## Directions for this task
Transcribe, word for word and without additions, each line below from the one containing "#188=PLANE('',#187);" through the one containing "#200=ORIENTED_EDGE('',*,*,#182,.T.);", both ends included.

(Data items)
......

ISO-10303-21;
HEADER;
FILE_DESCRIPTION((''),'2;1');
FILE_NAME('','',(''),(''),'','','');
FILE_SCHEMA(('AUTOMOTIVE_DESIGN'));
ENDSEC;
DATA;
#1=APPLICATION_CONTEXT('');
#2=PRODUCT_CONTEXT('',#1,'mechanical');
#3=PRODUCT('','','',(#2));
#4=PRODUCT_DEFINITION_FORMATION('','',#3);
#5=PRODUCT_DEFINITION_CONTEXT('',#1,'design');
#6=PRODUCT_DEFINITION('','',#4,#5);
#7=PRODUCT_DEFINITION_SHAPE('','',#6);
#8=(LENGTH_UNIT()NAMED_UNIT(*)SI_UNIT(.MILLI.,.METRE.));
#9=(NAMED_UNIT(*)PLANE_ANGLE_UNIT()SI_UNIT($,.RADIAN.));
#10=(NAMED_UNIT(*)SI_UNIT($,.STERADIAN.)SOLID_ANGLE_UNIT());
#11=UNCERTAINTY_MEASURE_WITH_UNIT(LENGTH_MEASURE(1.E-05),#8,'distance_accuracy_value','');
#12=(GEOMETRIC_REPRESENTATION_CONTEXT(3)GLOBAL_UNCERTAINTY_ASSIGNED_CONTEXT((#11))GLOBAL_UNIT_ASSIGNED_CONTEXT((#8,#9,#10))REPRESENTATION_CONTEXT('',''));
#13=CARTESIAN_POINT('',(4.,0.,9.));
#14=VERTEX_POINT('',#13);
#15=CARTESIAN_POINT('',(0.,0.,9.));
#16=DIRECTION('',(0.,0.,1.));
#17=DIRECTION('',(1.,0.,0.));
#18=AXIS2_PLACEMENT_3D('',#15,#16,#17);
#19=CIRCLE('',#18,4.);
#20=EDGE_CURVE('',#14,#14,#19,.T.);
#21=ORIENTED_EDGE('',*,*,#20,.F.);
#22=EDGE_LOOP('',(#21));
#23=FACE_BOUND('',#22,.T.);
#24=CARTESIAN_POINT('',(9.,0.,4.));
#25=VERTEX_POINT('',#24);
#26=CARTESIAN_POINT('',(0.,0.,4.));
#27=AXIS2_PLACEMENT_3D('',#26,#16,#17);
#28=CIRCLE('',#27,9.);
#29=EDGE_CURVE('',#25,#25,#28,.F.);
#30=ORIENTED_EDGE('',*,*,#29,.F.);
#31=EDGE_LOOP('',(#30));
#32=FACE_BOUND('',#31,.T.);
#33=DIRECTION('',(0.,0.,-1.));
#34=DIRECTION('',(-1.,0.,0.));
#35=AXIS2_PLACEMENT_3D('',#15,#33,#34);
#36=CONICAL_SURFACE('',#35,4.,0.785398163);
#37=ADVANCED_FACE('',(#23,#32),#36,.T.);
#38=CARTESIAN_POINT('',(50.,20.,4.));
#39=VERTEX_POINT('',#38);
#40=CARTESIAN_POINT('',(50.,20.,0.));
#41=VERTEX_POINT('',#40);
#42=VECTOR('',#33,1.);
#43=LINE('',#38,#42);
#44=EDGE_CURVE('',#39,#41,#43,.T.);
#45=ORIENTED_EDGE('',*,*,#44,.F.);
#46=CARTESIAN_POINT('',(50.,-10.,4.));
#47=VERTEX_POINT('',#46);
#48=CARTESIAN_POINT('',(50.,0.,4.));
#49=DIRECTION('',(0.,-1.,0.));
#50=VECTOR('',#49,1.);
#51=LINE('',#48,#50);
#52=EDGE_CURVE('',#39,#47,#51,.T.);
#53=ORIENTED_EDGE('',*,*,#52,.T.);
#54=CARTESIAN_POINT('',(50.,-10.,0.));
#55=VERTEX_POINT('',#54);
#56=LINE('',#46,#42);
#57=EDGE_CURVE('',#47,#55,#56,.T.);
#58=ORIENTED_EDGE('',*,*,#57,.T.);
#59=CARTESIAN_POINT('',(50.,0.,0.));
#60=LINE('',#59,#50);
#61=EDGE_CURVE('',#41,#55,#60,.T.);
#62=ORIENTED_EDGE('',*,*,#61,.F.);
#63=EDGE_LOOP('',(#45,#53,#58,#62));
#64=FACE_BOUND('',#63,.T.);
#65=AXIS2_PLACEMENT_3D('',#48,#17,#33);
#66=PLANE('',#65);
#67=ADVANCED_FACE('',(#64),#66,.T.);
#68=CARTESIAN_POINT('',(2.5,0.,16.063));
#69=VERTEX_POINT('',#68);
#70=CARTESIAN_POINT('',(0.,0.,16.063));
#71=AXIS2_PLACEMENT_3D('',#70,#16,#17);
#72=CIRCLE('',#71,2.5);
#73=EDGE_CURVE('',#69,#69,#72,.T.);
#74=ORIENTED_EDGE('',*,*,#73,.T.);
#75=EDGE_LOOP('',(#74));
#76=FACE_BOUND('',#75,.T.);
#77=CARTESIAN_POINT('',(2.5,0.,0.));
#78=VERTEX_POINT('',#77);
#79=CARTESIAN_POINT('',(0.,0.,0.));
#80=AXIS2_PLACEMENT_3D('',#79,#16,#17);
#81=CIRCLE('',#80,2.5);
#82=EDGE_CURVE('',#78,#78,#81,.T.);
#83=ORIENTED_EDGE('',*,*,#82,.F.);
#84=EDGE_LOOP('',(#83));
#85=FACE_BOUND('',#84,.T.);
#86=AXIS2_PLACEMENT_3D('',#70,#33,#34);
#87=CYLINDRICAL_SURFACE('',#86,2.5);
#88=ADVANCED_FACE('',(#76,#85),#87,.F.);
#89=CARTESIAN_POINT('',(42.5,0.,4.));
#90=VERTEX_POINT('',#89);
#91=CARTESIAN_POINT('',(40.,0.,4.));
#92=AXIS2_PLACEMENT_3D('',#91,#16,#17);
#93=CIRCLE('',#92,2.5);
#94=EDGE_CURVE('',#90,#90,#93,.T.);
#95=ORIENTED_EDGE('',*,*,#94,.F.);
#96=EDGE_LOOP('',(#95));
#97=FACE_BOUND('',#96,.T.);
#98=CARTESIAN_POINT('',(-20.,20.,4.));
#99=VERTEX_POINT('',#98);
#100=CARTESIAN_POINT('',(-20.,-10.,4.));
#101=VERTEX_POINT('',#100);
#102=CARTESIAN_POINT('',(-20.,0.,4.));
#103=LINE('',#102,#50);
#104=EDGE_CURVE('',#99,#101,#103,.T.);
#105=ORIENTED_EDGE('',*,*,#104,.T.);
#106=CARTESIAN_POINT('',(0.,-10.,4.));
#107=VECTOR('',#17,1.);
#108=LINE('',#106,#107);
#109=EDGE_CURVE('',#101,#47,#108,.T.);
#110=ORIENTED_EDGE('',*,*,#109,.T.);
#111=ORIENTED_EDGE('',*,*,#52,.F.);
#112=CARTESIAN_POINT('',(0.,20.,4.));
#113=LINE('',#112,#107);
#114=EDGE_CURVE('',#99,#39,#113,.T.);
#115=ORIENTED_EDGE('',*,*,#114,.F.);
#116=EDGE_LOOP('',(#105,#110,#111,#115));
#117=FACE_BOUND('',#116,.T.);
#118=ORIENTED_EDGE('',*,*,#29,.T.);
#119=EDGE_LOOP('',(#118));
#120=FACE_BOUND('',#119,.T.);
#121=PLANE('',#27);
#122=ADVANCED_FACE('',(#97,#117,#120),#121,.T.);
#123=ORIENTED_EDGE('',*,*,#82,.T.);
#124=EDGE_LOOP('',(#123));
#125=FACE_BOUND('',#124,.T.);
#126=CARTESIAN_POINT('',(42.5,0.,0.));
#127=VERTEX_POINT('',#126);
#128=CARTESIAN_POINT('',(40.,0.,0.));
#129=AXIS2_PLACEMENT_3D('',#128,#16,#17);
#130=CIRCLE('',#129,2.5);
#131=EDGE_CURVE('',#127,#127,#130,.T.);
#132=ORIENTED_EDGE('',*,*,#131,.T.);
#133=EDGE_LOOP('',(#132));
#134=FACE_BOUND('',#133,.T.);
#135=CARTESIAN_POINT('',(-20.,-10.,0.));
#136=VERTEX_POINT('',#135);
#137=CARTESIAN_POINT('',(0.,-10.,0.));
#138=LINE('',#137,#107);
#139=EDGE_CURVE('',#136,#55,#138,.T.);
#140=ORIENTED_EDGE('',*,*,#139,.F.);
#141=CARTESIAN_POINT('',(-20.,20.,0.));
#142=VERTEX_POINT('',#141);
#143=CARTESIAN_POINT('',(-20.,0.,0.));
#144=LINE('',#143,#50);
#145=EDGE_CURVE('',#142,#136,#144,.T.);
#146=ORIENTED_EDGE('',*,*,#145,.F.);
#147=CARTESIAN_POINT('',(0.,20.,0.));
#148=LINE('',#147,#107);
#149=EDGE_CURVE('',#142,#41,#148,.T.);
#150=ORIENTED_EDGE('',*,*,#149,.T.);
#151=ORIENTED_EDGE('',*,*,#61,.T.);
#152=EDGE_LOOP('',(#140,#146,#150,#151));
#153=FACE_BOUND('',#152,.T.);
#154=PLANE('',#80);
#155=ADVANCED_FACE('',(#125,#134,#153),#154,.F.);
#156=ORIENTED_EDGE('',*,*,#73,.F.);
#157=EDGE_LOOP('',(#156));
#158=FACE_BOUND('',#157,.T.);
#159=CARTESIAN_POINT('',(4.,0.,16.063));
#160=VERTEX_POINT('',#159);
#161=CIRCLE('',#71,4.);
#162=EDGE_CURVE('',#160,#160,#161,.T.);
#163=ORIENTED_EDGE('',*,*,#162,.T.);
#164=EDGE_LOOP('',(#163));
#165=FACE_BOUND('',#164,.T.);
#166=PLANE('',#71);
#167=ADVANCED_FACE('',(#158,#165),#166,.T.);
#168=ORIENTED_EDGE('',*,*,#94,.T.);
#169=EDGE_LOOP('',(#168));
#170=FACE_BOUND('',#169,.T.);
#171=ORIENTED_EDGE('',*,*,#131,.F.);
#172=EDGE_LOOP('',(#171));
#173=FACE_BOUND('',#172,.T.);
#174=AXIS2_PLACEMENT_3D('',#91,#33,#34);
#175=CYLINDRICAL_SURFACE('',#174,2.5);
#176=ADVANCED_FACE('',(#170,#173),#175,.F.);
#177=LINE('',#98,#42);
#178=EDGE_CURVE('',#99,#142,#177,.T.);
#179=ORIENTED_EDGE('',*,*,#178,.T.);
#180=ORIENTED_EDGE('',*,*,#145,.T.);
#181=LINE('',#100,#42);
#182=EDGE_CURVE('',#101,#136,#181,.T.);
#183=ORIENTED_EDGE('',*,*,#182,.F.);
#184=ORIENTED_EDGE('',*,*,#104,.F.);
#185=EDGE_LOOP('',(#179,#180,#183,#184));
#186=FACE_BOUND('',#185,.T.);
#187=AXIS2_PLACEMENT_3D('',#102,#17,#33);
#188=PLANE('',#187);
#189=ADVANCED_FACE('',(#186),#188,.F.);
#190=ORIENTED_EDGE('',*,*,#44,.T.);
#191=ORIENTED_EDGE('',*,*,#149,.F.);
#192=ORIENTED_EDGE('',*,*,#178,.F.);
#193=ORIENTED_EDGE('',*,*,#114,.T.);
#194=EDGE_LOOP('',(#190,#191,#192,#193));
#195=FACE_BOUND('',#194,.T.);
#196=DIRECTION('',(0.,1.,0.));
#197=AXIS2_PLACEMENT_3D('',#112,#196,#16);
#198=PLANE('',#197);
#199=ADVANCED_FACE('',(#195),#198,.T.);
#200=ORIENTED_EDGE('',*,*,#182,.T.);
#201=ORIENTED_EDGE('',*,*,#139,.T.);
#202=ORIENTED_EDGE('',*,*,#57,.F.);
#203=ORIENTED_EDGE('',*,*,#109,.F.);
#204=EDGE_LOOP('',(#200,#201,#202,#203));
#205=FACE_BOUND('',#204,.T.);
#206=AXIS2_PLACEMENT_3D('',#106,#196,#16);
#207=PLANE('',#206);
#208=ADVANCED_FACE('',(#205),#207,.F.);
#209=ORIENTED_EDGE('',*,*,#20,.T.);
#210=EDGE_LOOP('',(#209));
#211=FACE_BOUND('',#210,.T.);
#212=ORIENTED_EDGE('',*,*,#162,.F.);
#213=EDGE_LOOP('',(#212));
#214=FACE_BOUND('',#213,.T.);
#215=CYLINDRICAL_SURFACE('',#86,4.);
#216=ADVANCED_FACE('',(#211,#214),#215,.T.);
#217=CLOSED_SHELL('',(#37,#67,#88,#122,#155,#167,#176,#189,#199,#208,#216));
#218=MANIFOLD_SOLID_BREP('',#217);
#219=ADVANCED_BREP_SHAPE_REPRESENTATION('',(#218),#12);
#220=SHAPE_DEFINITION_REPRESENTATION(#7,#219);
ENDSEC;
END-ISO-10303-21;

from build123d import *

# Parameters (mm, degrees)
SKETCH1_W           = 70
SKETCH1_H           = 30
SKETCH1_R           = 4
SKETCH1_R_2         = 2.5
BOSS_EXTRUDE1_DEPTH = 4
SKETCH1_3_R         = 4
SKETCH1_3_R_2       = 2.5
BOSS_EXTRUDE2_DEPTH = 16.063
CHAMFER1_SIZE       = 5


with BuildPart() as part:
    # Sketch1 → Boss-Extrude1 (new body)
    with BuildSketch(Plane.XY):
        with Locations((15, 5)):
            Rectangle(SKETCH1_W, SKETCH1_H)
        Circle(SKETCH1_R, mode=Mode.SUBTRACT)
        with Locations((40, 0)):
            Circle(SKETCH1_R_2, mode=Mode.SUBTRACT)
    extrude(amount=BOSS_EXTRUDE1_DEPTH)

    # Sketch1<3> → Boss-Extrude2 (add)
    with BuildSketch(Plane.XY):
        Circle(SKETCH1_3_R)
        Circle(SKETCH1_3_R_2, mode=Mode.SUBTRACT)
    extrude(amount=BOSS_EXTRUDE2_DEPTH)

    # Chamfer1
    chamfer1_edges = [part.edges().sort_by_distance(p)[0] for p in [
        (-4, 0, 4),
    ]]
    chamfer(chamfer1_edges, length=CHAMFER1_SIZE)


solid = part.part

......

## Task response
#188=PLANE('',#187);
#189=ADVANCED_FACE('',(#186),#188,.F.);
#190=ORIENTED_EDGE('',*,*,#44,.T.);
#191=ORIENTED_EDGE('',*,*,#149,.F.);
#192=ORIENTED_EDGE('',*,*,#178,.F.);
#193=ORIENTED_EDGE('',*,*,#114,.T.);
#194=EDGE_LOOP('',(#190,#191,#192,#193));
#195=FACE_BOUND('',#194,.T.);
#196=DIRECTION('',(0.,1.,0.));
#197=AXIS2_PLACEMENT_3D('',#112,#196,#16);
#198=PLANE('',#197);
#199=ADVANCED_FACE('',(#195),#198,.T.);
#200=ORIENTED_EDGE('',*,*,#182,.T.);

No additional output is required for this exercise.